[[ Provided information open ]]
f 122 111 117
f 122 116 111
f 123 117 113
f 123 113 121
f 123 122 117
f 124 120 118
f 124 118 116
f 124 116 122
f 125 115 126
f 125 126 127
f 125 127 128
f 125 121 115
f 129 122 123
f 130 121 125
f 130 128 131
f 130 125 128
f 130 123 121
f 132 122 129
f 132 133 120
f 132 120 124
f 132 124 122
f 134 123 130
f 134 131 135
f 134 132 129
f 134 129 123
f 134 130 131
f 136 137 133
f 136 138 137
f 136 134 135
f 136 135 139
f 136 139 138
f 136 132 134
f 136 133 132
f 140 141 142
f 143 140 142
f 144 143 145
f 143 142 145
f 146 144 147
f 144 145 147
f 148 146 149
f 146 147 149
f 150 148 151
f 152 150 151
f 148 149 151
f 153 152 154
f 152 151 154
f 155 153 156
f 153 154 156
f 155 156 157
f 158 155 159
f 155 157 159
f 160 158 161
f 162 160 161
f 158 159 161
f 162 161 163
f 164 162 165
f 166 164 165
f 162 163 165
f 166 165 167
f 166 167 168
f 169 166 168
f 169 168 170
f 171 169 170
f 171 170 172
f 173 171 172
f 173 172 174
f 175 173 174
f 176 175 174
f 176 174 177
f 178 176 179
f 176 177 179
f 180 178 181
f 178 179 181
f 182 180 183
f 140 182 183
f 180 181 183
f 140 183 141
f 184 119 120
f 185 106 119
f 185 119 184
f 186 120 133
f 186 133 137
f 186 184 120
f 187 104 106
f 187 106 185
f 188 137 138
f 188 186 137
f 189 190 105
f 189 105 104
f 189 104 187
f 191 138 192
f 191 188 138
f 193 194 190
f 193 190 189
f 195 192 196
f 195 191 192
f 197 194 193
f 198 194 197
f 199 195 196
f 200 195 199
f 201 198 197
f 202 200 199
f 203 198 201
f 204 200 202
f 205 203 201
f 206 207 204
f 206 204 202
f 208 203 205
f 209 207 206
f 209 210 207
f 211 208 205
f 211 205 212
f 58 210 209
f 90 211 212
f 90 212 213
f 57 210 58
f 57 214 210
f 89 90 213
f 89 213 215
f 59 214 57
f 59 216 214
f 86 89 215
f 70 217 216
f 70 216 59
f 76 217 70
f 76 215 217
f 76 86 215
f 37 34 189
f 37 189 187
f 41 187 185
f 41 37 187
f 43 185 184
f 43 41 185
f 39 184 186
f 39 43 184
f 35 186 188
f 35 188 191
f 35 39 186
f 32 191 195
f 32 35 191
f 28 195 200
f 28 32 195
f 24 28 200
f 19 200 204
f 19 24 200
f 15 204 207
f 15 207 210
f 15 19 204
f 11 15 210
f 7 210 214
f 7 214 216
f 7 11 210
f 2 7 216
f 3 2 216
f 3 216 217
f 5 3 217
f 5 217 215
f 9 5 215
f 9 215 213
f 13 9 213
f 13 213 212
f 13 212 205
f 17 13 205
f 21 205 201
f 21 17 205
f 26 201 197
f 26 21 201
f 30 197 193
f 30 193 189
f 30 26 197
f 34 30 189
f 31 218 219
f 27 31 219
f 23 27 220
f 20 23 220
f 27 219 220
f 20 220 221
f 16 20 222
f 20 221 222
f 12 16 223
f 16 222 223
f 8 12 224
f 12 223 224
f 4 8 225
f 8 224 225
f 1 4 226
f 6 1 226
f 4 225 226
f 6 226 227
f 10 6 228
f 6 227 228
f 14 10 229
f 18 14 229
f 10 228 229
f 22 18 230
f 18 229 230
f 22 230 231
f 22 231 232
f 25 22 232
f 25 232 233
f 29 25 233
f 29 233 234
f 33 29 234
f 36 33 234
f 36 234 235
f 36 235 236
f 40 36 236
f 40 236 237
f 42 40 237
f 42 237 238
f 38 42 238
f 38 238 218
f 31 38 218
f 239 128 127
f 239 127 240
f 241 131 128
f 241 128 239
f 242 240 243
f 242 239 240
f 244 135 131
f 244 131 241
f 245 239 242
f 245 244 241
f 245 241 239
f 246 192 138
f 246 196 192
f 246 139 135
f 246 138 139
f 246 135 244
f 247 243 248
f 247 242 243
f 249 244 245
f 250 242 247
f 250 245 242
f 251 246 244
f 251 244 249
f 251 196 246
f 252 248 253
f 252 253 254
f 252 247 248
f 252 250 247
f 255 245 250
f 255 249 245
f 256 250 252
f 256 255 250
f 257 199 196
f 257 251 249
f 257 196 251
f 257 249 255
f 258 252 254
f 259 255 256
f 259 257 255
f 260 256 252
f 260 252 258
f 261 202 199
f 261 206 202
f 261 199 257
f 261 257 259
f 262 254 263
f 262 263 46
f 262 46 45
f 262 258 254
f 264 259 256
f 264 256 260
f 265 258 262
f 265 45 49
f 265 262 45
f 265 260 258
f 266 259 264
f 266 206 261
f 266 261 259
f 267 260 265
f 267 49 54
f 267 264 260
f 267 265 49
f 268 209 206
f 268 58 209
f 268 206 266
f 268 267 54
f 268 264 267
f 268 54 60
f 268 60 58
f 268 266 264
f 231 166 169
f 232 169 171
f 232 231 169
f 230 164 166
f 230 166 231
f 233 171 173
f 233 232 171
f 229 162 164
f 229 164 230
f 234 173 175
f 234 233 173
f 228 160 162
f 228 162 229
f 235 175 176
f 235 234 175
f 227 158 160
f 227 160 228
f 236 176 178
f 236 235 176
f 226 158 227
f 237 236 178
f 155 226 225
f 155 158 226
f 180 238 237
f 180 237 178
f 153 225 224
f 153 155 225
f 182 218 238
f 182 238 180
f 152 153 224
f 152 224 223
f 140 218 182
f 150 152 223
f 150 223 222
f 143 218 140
[[ Provided information closed ]]
[[ Provided information open ]]
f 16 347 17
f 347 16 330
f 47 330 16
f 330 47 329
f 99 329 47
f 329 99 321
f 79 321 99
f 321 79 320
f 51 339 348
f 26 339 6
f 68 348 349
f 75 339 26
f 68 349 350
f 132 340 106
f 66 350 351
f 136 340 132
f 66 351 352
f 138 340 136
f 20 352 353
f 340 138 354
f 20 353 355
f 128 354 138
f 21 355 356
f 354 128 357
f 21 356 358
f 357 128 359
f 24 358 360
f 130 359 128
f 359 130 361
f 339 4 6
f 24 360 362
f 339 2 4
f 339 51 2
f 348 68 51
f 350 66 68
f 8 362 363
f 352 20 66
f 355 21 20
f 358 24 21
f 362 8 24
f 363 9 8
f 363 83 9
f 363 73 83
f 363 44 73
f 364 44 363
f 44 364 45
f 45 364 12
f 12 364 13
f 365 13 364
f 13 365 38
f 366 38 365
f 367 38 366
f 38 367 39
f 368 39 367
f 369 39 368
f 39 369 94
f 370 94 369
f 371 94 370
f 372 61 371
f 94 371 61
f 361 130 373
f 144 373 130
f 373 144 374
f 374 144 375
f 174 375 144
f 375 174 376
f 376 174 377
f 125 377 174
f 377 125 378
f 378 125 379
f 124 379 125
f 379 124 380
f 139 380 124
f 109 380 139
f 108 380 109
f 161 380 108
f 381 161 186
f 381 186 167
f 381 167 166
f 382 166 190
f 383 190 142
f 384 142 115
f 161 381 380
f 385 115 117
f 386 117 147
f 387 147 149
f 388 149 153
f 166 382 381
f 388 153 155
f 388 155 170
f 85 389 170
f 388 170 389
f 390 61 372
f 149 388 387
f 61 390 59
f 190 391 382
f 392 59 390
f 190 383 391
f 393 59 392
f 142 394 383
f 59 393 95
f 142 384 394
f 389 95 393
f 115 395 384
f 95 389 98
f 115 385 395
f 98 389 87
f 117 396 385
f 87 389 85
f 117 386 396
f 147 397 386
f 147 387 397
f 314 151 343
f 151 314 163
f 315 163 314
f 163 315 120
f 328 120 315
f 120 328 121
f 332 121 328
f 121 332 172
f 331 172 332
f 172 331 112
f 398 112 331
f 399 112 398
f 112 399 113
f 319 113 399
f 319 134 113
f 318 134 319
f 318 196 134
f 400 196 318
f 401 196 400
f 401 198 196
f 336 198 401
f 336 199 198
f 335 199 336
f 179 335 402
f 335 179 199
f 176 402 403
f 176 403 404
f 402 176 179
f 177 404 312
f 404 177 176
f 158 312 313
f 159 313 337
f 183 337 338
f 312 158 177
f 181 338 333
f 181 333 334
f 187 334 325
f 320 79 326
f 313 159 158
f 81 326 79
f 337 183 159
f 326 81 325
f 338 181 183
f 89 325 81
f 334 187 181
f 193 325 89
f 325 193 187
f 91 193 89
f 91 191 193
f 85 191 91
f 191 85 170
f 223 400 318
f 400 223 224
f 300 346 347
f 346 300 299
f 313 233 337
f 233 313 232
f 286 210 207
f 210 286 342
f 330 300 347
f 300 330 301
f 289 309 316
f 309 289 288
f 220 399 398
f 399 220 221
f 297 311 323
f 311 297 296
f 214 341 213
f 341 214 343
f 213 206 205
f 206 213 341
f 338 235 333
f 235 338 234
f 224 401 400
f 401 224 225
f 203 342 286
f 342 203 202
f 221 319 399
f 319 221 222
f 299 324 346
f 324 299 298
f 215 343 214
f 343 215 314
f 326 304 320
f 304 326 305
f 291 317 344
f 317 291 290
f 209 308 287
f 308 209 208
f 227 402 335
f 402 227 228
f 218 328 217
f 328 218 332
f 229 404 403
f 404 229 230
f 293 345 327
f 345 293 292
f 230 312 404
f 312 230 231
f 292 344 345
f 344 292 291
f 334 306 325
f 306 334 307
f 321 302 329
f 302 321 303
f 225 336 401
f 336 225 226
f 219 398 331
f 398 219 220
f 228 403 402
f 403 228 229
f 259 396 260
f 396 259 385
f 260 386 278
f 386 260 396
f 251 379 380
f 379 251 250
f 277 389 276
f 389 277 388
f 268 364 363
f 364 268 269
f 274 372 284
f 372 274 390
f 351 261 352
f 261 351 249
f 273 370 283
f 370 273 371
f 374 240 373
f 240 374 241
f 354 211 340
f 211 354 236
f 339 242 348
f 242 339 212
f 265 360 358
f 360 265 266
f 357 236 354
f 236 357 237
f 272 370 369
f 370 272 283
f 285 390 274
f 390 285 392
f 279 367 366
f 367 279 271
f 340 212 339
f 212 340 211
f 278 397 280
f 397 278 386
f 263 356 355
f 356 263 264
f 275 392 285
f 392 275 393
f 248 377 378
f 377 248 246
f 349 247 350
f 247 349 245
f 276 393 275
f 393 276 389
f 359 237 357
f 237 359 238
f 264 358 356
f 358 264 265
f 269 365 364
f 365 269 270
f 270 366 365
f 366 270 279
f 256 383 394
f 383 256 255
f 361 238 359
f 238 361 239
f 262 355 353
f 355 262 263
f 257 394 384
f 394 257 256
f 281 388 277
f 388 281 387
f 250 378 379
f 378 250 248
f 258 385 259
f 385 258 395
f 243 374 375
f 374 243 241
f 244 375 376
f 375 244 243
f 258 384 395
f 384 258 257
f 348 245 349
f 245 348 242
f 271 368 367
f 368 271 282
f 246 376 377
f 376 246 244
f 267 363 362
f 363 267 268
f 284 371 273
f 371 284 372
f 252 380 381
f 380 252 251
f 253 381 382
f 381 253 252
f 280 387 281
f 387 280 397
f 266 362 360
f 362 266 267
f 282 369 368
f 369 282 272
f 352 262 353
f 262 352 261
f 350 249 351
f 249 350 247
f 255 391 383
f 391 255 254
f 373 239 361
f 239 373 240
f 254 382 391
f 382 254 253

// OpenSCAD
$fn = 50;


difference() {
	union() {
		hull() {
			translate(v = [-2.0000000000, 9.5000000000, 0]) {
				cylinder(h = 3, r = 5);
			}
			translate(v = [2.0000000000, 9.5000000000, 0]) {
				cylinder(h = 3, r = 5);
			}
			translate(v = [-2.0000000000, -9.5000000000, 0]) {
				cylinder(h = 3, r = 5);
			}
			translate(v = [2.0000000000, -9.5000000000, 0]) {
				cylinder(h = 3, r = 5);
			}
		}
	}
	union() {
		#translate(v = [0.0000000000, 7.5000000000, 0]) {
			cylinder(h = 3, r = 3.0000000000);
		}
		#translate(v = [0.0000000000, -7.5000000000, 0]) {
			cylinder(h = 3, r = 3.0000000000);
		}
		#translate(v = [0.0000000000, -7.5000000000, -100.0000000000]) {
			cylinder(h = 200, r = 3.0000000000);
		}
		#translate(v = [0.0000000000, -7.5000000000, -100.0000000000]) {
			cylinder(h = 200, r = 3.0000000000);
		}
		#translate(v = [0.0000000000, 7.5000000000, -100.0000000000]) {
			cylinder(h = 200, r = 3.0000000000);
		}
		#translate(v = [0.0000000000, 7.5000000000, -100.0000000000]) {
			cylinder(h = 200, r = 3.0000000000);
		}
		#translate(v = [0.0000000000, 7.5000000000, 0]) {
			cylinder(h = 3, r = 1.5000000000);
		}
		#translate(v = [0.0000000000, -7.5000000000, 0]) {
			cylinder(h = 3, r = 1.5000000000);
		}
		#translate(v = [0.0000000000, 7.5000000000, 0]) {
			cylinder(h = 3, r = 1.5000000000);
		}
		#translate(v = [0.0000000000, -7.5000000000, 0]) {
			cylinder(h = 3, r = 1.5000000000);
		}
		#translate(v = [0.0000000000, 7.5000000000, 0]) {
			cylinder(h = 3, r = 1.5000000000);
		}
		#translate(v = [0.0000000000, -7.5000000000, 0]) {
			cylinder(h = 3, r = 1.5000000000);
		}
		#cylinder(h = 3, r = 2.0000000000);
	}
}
[[ Provided information closed ]]
- _What is required_
Copy out the lines above exactly, beginning at the one that contains "f 268 364 363" and ending at the one that contains "f 255 391 383".

- _Solved problem_
f 268 364 363
f 364 268 269
f 274 372 284
f 372 274 390
f 351 261 352
f 261 351 249
f 273 370 283
f 370 273 371
f 374 240 373
f 240 374 241
f 354 211 340
f 211 354 236
f 339 242 348
f 242 339 212
f 265 360 358
f 360 265 266
f 357 236 354
f 236 357 237
f 272 370 369
f 370 272 283
f 285 390 274
f 390 285 392
f 279 367 366
f 367 279 271
f 340 212 339
f 212 340 211
f 278 397 280
f 397 278 386
f 263 356 355
f 356 263 264
f 275 392 285
f 392 275 393
f 248 377 378
f 377 248 246
f 349 247 350
f 247 349 245
f 276 393 275
f 393 276 389
f 359 237 357
f 237 359 238
f 264 358 356
f 358 264 265
f 269 365 364
f 365 269 270
f 270 366 365
f 366 270 279
f 256 383 394
f 383 256 255
f 361 238 359
f 238 361 239
f 262 355 353
f 355 262 263
f 257 394 384
f 394 257 256
f 281 388 277
f 388 281 387
f 250 378 379
f 378 250 248
f 258 385 259
f 385 258 395
f 243 374 375
f 374 243 241
f 244 375 376
f 375 244 243
f 258 384 395
f 384 258 257
f 348 245 349
f 245 348 242
f 271 368 367
f 368 271 282
f 246 376 377
f 376 246 244
f 267 363 362
f 363 267 268
f 284 371 273
f 371 284 372
f 252 380 381
f 380 252 251
f 253 381 382
f 381 253 252
f 280 387 281
f 387 280 397
f 266 362 360
f 362 266 267
f 282 369 368
f 369 282 272
f 352 262 353
f 262 352 261
f 350 249 351
f 249 350 247
f 255 391 383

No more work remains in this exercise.